A source who viewed the letter, written by Andrea Thompson, then-undersecretary of State for Arms Control and International Security Affairs, said the letter served as a direct response to US concerns about the F-16 use over Kashmir in February, though the letter itself does not specifically reference the incident.


Addressed to the head of the Pakistani Air Force, Air Chief Marshal Mujahid Anwar Khan, the letter began by relaying the State Department's confirmation that Pakistan had moved the F-16s and accompanying American-made missiles to unapproved forward operating bases in defiance of its agreement with the US. Using diplomatic language, Thompson, who has since left government, warned the Pakistani officials that their behaviour risked allowing these weapons to fall into the hands of malign actors and "could undermine our shared security platforms and infrastructures."


The letter represented the first admission since February from the US of its concerns about how Pakistan used its fleet of F-16s in stark violation of the original terms of the sale. A State Department spokeswoman said in March this year that the department acknowledged the Indian reports of Pakistan's misusing the fighters in the February skirmish, adding "we're following that issue very closely."


Several diplomatic officials and analysts with experience in Pakistan said it was not surprising that Thompson did not expressly mention in the message US concerns about using the F-16s to shoot down the Indian fighter jet. Acknowledging in a formal State Department transmission such a clear violation of the congressionally approved terms for selling the fighter jets to Pakistan would likely have triggered formal procedures to reprimand Islamabad at a time the Trump administration is attempting to repair contentious relations with the ally.

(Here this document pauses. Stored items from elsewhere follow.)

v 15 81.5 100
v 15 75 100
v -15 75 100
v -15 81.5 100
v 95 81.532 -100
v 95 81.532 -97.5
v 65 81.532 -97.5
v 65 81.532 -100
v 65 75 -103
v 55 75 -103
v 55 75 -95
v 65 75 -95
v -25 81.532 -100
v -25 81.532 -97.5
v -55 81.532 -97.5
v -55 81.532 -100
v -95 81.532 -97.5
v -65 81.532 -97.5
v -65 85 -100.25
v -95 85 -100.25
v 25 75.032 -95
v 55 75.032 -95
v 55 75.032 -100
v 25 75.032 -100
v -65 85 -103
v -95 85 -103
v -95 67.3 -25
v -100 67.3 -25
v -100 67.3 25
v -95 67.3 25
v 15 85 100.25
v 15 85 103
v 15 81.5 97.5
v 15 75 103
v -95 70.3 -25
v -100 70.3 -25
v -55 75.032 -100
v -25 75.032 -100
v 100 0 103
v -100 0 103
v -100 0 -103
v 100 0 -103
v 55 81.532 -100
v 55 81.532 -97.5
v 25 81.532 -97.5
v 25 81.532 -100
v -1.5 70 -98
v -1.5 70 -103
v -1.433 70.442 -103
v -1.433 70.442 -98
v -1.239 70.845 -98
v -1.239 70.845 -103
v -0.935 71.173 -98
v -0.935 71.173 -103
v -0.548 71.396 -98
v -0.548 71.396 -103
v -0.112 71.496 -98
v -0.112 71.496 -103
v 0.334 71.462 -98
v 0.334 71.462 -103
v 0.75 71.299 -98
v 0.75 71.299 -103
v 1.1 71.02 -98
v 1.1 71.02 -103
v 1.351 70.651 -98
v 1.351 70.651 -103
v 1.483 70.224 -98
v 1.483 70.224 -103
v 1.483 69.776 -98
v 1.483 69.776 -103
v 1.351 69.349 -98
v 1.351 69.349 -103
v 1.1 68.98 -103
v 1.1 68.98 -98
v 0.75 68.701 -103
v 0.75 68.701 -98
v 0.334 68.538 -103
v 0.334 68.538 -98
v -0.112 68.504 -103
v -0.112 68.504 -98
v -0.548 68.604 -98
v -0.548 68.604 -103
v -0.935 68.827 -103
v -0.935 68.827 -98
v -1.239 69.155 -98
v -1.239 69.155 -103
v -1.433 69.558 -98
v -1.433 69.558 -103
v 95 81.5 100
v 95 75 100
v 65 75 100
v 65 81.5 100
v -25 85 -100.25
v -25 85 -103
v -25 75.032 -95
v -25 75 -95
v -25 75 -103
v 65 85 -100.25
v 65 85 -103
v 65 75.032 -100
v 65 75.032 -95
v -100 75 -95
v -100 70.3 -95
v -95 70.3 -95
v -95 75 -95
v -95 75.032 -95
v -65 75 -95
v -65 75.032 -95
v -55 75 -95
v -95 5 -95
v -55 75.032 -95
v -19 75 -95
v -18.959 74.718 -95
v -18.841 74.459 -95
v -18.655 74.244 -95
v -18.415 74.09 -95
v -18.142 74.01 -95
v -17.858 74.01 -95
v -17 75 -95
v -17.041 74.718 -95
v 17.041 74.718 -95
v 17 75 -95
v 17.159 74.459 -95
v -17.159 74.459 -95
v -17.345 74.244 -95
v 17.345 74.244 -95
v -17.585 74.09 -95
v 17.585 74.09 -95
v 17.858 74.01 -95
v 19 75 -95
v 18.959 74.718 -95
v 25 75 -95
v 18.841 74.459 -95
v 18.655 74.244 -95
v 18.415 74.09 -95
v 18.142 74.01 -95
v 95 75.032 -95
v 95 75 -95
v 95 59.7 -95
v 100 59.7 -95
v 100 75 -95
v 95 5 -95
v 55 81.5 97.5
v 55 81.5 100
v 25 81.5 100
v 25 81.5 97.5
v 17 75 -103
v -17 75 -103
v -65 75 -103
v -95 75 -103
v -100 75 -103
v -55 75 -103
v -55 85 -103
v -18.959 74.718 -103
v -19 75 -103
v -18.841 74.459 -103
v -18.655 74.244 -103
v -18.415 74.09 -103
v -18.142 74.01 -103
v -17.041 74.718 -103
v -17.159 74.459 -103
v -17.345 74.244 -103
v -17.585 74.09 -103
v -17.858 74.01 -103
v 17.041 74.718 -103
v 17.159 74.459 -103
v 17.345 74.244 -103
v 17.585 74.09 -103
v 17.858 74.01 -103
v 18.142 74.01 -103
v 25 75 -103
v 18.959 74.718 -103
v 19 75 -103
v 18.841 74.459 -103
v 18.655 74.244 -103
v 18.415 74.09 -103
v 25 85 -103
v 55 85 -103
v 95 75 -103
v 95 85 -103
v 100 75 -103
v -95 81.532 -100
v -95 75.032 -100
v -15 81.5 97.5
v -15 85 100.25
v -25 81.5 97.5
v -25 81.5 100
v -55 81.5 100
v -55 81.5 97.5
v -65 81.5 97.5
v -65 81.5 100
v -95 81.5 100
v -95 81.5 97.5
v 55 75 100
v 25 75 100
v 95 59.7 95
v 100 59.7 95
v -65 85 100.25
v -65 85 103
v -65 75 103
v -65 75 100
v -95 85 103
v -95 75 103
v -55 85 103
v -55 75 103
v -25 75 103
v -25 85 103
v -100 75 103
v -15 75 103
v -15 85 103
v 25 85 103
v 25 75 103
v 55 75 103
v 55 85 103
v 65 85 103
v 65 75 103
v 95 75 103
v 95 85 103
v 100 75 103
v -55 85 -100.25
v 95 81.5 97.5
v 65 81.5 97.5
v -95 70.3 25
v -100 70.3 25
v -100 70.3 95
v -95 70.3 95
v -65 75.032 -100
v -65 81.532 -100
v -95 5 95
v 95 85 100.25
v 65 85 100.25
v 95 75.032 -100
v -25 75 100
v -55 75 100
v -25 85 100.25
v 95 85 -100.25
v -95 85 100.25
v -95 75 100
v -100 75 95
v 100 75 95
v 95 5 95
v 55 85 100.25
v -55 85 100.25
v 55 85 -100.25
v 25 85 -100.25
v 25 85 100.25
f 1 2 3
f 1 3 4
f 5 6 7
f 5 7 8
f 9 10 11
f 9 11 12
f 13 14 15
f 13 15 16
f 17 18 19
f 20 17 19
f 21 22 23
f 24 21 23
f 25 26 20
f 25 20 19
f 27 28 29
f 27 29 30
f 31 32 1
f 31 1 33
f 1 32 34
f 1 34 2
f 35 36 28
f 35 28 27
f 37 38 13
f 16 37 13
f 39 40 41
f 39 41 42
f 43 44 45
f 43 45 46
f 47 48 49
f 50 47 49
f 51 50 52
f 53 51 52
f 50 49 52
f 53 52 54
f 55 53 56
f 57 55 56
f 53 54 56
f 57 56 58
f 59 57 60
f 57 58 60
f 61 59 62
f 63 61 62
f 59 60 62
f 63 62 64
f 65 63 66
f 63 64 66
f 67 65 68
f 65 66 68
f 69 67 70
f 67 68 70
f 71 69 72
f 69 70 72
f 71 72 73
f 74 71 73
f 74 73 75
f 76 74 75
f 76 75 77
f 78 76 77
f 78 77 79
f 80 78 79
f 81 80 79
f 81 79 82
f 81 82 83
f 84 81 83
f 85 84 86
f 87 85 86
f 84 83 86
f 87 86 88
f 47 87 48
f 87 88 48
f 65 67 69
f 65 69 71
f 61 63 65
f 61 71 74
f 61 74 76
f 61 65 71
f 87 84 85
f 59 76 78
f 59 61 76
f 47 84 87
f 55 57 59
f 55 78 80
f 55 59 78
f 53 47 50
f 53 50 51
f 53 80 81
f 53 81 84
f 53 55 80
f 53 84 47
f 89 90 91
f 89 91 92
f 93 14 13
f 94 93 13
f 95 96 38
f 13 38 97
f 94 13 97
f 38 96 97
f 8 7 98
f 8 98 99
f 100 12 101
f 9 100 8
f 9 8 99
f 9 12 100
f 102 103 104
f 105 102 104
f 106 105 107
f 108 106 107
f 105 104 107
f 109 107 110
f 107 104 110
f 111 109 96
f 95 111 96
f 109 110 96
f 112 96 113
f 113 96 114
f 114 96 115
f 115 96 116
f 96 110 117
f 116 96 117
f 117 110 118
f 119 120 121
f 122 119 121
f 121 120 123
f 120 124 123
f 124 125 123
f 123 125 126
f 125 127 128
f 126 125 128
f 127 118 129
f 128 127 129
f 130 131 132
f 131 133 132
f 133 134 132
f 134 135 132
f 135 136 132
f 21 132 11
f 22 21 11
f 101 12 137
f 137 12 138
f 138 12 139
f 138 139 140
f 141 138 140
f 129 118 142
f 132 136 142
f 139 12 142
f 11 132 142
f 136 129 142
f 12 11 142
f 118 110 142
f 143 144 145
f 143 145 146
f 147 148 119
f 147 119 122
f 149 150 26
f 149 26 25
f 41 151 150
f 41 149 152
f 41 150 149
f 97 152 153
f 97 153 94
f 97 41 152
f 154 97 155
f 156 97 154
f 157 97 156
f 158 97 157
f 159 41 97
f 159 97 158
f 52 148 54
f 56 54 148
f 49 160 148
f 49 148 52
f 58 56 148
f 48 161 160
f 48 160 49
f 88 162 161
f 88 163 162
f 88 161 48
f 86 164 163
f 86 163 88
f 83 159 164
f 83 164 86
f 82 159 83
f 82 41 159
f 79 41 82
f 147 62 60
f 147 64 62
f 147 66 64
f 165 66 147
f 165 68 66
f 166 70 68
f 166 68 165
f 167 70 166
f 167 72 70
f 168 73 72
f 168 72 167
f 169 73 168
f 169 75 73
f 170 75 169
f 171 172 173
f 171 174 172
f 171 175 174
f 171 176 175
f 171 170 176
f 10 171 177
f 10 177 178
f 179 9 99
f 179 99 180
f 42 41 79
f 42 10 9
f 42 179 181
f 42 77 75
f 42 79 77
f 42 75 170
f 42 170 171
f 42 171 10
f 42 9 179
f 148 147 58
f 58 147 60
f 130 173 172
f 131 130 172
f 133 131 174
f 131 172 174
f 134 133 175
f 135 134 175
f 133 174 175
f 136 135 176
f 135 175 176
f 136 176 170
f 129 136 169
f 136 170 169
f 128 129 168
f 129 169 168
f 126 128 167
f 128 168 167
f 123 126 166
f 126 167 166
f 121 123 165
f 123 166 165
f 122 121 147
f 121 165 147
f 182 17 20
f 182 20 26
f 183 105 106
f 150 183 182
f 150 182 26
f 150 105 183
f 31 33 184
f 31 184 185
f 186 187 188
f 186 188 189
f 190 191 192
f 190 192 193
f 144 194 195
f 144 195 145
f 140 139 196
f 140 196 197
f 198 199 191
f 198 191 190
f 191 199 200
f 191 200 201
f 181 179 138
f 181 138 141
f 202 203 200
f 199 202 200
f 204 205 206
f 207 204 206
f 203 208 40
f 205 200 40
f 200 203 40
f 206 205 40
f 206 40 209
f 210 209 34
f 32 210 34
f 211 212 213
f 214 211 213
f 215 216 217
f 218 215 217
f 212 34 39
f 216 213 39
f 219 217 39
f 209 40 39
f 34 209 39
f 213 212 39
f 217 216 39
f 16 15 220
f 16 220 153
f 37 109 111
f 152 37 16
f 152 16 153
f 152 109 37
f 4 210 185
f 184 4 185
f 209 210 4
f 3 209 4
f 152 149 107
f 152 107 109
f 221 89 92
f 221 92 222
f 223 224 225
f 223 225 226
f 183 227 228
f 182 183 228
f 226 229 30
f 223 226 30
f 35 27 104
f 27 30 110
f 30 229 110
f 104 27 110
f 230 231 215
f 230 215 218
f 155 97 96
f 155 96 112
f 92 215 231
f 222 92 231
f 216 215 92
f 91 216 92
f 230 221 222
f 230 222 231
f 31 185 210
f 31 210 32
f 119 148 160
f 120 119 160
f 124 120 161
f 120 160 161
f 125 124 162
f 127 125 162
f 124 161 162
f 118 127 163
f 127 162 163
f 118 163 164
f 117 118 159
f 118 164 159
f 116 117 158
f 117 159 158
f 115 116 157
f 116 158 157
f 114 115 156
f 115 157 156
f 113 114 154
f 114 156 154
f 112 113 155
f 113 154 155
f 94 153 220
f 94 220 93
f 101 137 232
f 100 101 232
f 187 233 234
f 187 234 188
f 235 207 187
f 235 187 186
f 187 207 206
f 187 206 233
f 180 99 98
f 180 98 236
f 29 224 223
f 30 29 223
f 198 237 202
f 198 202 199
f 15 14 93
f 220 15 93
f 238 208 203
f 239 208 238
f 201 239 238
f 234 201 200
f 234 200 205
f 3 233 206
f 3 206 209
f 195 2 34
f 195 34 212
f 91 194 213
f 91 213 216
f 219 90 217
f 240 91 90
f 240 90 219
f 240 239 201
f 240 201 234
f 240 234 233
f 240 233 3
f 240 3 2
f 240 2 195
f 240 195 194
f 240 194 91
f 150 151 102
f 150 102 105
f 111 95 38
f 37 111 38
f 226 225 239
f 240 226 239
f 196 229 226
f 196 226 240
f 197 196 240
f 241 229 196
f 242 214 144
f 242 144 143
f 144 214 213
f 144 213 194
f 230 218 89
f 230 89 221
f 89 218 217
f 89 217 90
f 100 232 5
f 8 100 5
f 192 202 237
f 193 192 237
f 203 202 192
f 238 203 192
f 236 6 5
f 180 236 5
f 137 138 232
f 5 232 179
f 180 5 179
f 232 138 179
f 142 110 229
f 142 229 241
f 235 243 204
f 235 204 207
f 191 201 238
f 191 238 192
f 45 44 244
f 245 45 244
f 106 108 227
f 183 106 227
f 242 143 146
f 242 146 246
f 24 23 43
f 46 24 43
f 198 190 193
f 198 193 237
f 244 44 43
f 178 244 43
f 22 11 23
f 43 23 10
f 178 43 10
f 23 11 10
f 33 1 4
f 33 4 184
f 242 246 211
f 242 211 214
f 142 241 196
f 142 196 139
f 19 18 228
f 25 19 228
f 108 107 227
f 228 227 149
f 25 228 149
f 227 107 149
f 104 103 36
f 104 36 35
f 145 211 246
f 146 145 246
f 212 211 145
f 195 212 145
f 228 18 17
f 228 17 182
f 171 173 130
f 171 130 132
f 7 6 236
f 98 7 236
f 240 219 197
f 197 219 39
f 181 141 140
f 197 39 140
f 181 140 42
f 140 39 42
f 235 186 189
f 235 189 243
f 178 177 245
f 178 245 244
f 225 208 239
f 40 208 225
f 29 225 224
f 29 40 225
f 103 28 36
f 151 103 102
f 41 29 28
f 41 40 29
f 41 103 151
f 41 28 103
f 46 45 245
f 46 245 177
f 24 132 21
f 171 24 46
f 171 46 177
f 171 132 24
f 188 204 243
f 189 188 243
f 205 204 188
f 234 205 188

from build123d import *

# Parameters (mm, degrees)
SKETCH_1_W               = 200
SKETCH_1_H               = 206
EXTRUDE_2_DEPTH          = 5
SKETCH_2_W               = 200
SKETCH_2_H               = 8
EXTRUDE_3_DEPTH          = 70
SKETCH_3_W               = 5
SKETCH_3_H               = 190
EXTRUDE_4_DEPTH          = 54.7
SKETCH_4_W               = 200
SKETCH_4_H               = 8
EXTRUDE_5_DEPTH          = 70
SKETCH_14_W              = 5
SKETCH_14_H              = 190
EXTRUDE_7_DEPTH          = 65.3
SKETCH_15_W              = 5
SKETCH_15_H              = 50
CUT_EXTRUDE_7_DEPTH      = 3
CUT_EXTRUDE_8_DEPTH      = 1
CUT_EXTRUDE_8_DEPTH_BACK = 8
CUT_EXTRUDE_9_DEPTH      = 1
CUT_EXTRUDE_9_DEPTH_BACK = 8
SKETCH_19_R              = 1.5
CUT_EXTRUDE_10_DEPTH     = 5
SKETCH_21_W              = 30
SKETCH_21_H              = 8
EXTRUDE_8_DEPTH          = 10
SKETCH_24_W              = 5
SKETCH_24_H              = 6.5
CUT_EXTRUDE_11_DEPTH     = 196
SKETCH_25_W              = 2.5
SKETCH_25_H              = 3.5
CUT_EXTRUDE_12_DEPTH     = 196
CUT_EXTRUDE_13_DEPTH     = 196
SKETCH_27_W              = 5
SKETCH_27_H              = 6.5
CUT_EXTRUDE_14_DEPTH     = 196
SKETCH_28_W              = 2.5
SKETCH_28_H              = 3.467533866
CUT_EXTRUDE_15_DEPTH     = 196
CUT_EXTRUDE_16_DEPTH     = 196


with BuildPart() as part:
    # Эскиз1 → Бобышка-Вытянуть2 (new body)
    with BuildSketch(Plane(origin=(0, 0, 0), x_dir=(1, 0, 0), z_dir=(0, 1, 0))):
        Rectangle(SKETCH_1_W, SKETCH_1_H)
    extrude(amount=EXTRUDE_2_DEPTH)

    # Эскиз2 → Бобышка-Вытянуть3 (add)
    with BuildSketch(Plane(origin=(0, 5, 0), x_dir=(1, 0, 0), z_dir=(0, 1, 0))):
        with Locations((0, -99)):
            Rectangle(SKETCH_2_W, SKETCH_2_H)
    extrude(amount=EXTRUDE_3_DEPTH)

    # Эскиз3 → Бобышка-Вытянуть4 (add)
    with BuildSketch(Plane(origin=(0, 5, 0), x_dir=(1, 0, 0), z_dir=(0, 1, 0))):
        with Locations((97.5, 0)):
            Rectangle(SKETCH_3_W, SKETCH_3_H)
    extrude(amount=EXTRUDE_4_DEPTH)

Thompson, a career military intelligence officer who first entered the administration as Vice President Mike Pence's national security adviser, admonished Pakistan in the letter for having "relocated, maintained and operated" the American made F-16s and the AMRAAM missiles they use from forward operating bases not approved under the original terms of the sale. The former Army colonel, who left the White House in September, also expressed concern at the access Pakistani officials allowed American weapons inspectors.


"While we understand from you that these aircraft movements were done in support of national defence objectives," Thompson wrote in the letter, "the US government considers the relocation of aircraft to non-US government authorized bases concerning and inconsistent with the F-16 Letter of Offer and Acceptance."


"Such actions could subject sensitive US-technologies to diversion to or access by third parties, and could undermine our shared security platforms and infrastructures," Thompson wrote.


A flare-up in tensions between Pakistan and India began in mid-February, after a Pakistan-based terrorist group Jaish-e-Mohammed claimed credit for a suicide bombing in Kashmir's Pulwama that killed 40 Central Reserve Police Force (CRPF) personnel.


The Pakistani armed forces possess 76 American-supplied F-16s – by far the most potent fighter jet in its military arsenal-- under strict rules imposed by the State Department, the Department of Defense and Congress. Among the rules are that Islamabad may only house the fighters and the corresponding American missiles on two specific air force bases at Mushaf and Shahbaz and that it only uses them for counter-terror operations, not against foreign countries.


The agreement for their sale and subsequent operation, governed in part by the State Department's Defense Security Cooperation Agency, also stipulates that American contractors and mechanics must have access to the jets at any time of day or night both to help maintain them and to monitor how the Pakistani military employs them.